If one of my females is having accidents in the house, it has always been a UTI.. I would go back to the vet.


----------



## charl0111 (Oct 2, 2013)

That was my first thought, it's not small amounts of wee though, and the vet said if it was a uti she would be struggling to go, with very little or nothing coming out. She said give it a week and if no more signs then they would do a swab.

What would the signs of heat be?


----------



## texasred (Jan 29, 2012)

I've had a female get a UTI while in heat. So confirming she is in heat will not rule out UTI. 

Heat signs are swelling and discharge.


----------



## charl0111 (Oct 2, 2013)

Ok thank you.

The vet wants to let nature run its course before interfering with anti bionics for a uti..... Guess I need to go with what she says?


----------



## mswhipple (Mar 7, 2011)

No. I would go to another Vet before I would take that kind of chance. A UTI is not going to "run its course" typically. She will need antibiotics if that's what it is. One of our members some time ago actually lost his dog (the dog died) because of a simple UTI that went untreated for too long. 

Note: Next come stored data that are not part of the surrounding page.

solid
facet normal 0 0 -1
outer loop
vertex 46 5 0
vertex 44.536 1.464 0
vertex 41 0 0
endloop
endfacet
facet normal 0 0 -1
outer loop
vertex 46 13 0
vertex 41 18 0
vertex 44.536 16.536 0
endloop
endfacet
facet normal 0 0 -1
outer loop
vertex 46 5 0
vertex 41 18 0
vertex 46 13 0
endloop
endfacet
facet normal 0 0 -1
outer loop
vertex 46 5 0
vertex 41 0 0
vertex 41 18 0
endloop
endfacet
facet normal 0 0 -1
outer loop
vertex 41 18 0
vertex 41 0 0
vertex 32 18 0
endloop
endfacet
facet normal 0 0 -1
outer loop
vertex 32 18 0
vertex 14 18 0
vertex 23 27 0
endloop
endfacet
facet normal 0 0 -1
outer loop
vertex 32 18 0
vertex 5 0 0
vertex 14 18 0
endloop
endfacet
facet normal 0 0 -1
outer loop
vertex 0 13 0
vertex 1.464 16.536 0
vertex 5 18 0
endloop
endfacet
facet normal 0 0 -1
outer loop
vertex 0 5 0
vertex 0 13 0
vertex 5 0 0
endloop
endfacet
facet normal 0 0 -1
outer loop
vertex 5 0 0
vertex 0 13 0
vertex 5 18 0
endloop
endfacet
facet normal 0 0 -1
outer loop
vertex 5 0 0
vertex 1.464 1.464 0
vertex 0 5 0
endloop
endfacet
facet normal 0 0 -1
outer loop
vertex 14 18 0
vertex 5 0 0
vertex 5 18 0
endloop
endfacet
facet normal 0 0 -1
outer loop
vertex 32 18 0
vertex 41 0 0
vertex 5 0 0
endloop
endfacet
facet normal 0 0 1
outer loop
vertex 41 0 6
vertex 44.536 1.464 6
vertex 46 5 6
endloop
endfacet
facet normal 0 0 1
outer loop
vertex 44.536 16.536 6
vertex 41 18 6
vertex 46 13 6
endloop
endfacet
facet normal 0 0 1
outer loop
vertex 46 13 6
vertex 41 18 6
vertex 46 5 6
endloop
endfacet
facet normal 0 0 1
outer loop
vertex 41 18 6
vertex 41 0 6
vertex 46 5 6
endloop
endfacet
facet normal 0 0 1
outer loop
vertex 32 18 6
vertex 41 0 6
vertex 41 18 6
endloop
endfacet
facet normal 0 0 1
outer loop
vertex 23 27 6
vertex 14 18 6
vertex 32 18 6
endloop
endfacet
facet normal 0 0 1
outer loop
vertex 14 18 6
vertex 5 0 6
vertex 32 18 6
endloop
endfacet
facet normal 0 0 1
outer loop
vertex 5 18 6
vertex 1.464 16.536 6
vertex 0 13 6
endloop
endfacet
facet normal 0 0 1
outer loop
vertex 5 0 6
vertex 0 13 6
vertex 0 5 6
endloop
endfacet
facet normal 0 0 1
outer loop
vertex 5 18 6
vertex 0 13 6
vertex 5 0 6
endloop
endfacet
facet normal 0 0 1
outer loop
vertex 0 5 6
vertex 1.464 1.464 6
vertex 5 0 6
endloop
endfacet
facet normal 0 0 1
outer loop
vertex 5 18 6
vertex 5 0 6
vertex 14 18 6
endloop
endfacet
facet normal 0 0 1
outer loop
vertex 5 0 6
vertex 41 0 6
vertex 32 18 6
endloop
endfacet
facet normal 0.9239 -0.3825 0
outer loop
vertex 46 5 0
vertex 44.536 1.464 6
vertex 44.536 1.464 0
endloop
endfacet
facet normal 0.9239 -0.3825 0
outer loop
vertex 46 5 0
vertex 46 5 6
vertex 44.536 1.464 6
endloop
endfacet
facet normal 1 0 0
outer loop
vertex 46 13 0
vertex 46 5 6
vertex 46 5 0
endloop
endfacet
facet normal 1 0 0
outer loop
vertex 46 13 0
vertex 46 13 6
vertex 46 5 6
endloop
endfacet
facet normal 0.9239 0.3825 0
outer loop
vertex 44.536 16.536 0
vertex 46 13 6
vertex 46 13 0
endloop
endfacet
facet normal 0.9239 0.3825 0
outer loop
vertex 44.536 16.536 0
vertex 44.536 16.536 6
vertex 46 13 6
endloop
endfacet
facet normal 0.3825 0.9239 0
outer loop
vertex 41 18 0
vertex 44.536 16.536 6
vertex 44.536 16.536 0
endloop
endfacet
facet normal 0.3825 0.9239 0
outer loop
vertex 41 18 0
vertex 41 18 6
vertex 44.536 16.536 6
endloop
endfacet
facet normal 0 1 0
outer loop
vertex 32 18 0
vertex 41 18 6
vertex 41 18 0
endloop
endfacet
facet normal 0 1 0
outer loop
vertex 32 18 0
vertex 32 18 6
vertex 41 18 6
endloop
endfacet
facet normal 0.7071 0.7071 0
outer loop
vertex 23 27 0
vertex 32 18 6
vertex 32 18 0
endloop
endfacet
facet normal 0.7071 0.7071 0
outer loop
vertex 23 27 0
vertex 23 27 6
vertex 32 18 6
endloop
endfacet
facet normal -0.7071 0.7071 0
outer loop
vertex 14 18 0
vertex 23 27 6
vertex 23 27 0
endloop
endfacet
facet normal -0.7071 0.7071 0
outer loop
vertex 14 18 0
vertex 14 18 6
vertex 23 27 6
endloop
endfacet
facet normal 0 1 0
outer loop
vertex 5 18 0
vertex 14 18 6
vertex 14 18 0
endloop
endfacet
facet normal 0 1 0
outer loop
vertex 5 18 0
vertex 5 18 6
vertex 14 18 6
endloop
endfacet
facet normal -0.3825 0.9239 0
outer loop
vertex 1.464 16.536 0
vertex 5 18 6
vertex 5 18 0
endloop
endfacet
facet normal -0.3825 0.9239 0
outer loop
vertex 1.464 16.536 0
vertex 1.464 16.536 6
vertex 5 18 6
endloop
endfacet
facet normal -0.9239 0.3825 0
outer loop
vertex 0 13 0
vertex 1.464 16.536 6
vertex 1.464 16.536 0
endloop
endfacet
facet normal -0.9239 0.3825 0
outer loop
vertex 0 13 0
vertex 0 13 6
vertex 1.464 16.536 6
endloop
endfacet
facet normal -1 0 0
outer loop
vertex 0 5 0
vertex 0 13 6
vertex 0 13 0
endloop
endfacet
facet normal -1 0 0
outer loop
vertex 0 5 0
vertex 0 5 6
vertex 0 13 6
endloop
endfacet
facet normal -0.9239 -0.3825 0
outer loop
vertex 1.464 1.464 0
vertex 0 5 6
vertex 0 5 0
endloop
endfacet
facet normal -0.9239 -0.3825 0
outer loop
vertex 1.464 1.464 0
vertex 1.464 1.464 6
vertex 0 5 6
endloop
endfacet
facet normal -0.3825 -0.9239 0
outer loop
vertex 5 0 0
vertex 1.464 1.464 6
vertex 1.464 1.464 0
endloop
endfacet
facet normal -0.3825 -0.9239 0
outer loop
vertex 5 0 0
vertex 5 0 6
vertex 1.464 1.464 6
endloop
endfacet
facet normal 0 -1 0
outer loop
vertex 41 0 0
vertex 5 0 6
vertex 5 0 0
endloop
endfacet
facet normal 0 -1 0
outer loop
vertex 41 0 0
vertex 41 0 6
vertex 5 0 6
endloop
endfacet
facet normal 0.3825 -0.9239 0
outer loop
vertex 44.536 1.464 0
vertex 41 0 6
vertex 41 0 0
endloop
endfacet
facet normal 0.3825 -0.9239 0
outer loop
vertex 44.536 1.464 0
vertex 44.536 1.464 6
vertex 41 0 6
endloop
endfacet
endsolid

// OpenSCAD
$fn = 32;

// ----------------------------------------------------------------------
// Ratchet pawl: 46 x 18 mm body, beak 9 mm сверху
// ----------------------------------------------------------------------

// --- parameters (mm) ---
profile_height = 6;       // extrusion height
profile_points = 15;      // points of the closed outline

profile = [[0, 5], [1.464, 1.464], [5, 0], [41, 0], [44.536, 1.464], [46, 5], [46, 13], [44.536, 16.536], [41, 18], [32, 18], [23, 27], [14, 18], [5, 18], [1.464, 16.536], [0, 13]];  // single closed polygon, 15 points, counter clockwise

// --- the one profile operation ---
linear_extrude(height = profile_height) polygon(points = profile);
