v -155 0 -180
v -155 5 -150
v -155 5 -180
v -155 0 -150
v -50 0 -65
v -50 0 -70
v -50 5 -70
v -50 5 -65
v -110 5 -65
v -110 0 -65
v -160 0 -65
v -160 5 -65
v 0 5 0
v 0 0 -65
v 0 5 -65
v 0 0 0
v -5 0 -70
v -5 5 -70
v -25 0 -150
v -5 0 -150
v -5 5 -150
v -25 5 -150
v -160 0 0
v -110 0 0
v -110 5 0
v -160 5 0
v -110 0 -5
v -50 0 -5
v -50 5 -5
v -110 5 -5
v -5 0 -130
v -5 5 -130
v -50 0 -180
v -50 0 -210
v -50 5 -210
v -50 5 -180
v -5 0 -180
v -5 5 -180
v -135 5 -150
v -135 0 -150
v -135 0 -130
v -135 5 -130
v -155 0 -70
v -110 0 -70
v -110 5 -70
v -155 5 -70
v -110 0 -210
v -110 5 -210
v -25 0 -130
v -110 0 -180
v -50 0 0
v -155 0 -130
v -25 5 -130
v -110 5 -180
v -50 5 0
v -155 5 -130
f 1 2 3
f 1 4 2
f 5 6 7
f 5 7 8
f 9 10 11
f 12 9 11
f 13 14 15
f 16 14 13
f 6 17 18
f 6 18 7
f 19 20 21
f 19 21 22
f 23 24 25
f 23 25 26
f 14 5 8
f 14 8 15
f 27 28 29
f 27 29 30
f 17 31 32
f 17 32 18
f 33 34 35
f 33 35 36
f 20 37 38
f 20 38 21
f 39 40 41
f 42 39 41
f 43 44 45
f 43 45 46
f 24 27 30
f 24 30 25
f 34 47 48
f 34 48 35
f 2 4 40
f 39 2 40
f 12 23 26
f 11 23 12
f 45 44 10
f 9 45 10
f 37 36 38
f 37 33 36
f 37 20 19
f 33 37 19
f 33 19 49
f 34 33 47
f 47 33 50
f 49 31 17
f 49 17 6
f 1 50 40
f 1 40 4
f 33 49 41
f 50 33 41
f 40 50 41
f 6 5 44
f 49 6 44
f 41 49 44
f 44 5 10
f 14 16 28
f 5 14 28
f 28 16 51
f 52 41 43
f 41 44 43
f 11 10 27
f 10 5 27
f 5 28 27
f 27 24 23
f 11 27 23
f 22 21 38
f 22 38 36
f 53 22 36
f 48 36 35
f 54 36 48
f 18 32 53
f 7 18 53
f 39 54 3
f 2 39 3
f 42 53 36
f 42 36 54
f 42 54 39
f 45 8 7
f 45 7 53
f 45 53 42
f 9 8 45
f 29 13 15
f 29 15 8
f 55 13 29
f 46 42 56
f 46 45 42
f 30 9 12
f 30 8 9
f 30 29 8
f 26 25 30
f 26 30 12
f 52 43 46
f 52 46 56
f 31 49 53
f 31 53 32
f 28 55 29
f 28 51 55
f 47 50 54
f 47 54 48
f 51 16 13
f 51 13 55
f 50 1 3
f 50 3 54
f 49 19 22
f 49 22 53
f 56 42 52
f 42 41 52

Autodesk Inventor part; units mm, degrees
ref_plane "YZ Plane" through (0, 0, 0) normal (1, 0, 0) x (0, 1, 0)
ref_plane "XZ Plane" through (0, 0, 0) normal (0, 1, 0) x (-1, 0, 0)
ref_plane "XY Plane" through (0, 0, 0) normal (0, 0, 1) x (1, 0, 0)
sketch "Sketch1" plane through (0, 0, 0) normal (0, 1, 0) x (-1, 0, 0)
  line L0 (155, -70) -> (155, -210)
  line L1 (155, -210) -> (5, -210)
  line L2 (5, -210) -> (5, -70)
  line L3 (50, -210) -> (110, -210)
  line L4 (5, -70) -> (155, -70)
  line L5 (5, -70) -> (55, -70)
  line L6 (155, -150) -> (135, -150)
  line L7 (135, -150) -> (135, -130)
  line L8 (135, -130) -> (155, -130)
  line L9 (155, -130) -> (155, -150)
  line L10 (5, -150) -> (25, -150)
  line L11 (25, -150) -> (25, -130)
  line L12 (25, -130) -> (5, -130)
  line L13 (5, -180) -> (155, -180) construction
  line L14 (50, -180) -> (110, -180)
  line L15 (110, -180) -> (110, -210)
  line L16 (110, -210) -> (50, -210)
  line L17 (50, -210) -> (50, -180)
  line L18 (110, -210) -> (50, -210)
  line L19 (155, -180) -> (110, -180)
  line L20 (50, -180) -> (5, -180)
  line L21 (135, -30) -> (155, -30)
  line L22 (160, -70) -> (0, -70)
  line L23 (0, -70) -> (0, 0)
  line L24 (0, 0) -> (160, 0)
  line L25 (160, 0) -> (160, -70)
  line L26 (80, -210) -> (80, 0) construction
  line L27 (0, -70) -> (50, -70)
  line L28 (50, -70) -> (50, -65)
  line L29 (50, -65) -> (0, -65)
  line L30 (0, -65) -> (0, -70)
  line L31 (155, -70) -> (105, -70)
  line L32 (160, -70) -> (110, -70)
  line L33 (110, -70) -> (110, -65)
  line L34 (110, -65) -> (160, -65)
  line L35 (160, -65) -> (160, -70)
  line L36 (110, 0) -> (50, 0)
  line L37 (50, 0) -> (50, -5)
  line L38 (50, -5) -> (110, -5)
  line L39 (110, -5) -> (110, 0)
  point P0 (5, -100)
  point P1 (5, -120)
  point P2 (160, -65)
  point P3 (155, 0)
  point P4 (135, 0)
  point P5 (0, -65)
  point P6 (50, -70)
  point P7 (110, -70)
  point P8 (50, 0)
  point P9 (50, -70)
  point P10 (110, -70)
  point P11 (155, -70)
  point P12 (5, -70)
  dimension "d10" = 20
  dimension "d11" = 20
  dimension "d18" = 150
  dimension "d19" = 160
  dimension "d20" = 80
  dimension "d21" = 45
  dimension "d22" = 45
  dimension "d23" = 50
  dimension "d24" = 5
  dimension "d25" = 5
  dimension "d26" = 30
  dimension "d27" = 110
  dimension "d28" = 70
  dimension "d29" = 210
  dimension "d30" = 20
extrude "Extrusion1" add sketch "Sketch1" along normal blind 5 contours L0 L8 L7 L6 L19 L14 L20 L2 L10 L11 L12 L4 | L4 L28 L29 L23 L24 L37 L38 L39 L25 L34 L33 | L15 L1 L17 L14
properties part number "HOOD_1" material "Acrylic"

_p.s. You're going to need to collect a urine sample to take in to the Vet for testing. It's not as hard as you might think. Go to the Dollar Store and buy a $1 soup ladle, to be used for this purpose only. Duct tape the ladle onto the end of a yard stick. When she squats to pee, slide the soup ladle under her and catch some of it. Put it into a glass or plastic container that you don't want back. Take it to the Vet._


----------



## texasred (Jan 29, 2012)

I've never had a vet tell me to let a UTI run its course.


----------



## einspänner (Sep 8, 2012)

It seems early for her first heat from what I've heard. Has anyone known of a V go into heat at that age? 

I'd also think if it were a UTI it would be more obvious. Scout had one a few months back and she had accidents in the house and would also pee many times outside with reduced flow, clear straining. 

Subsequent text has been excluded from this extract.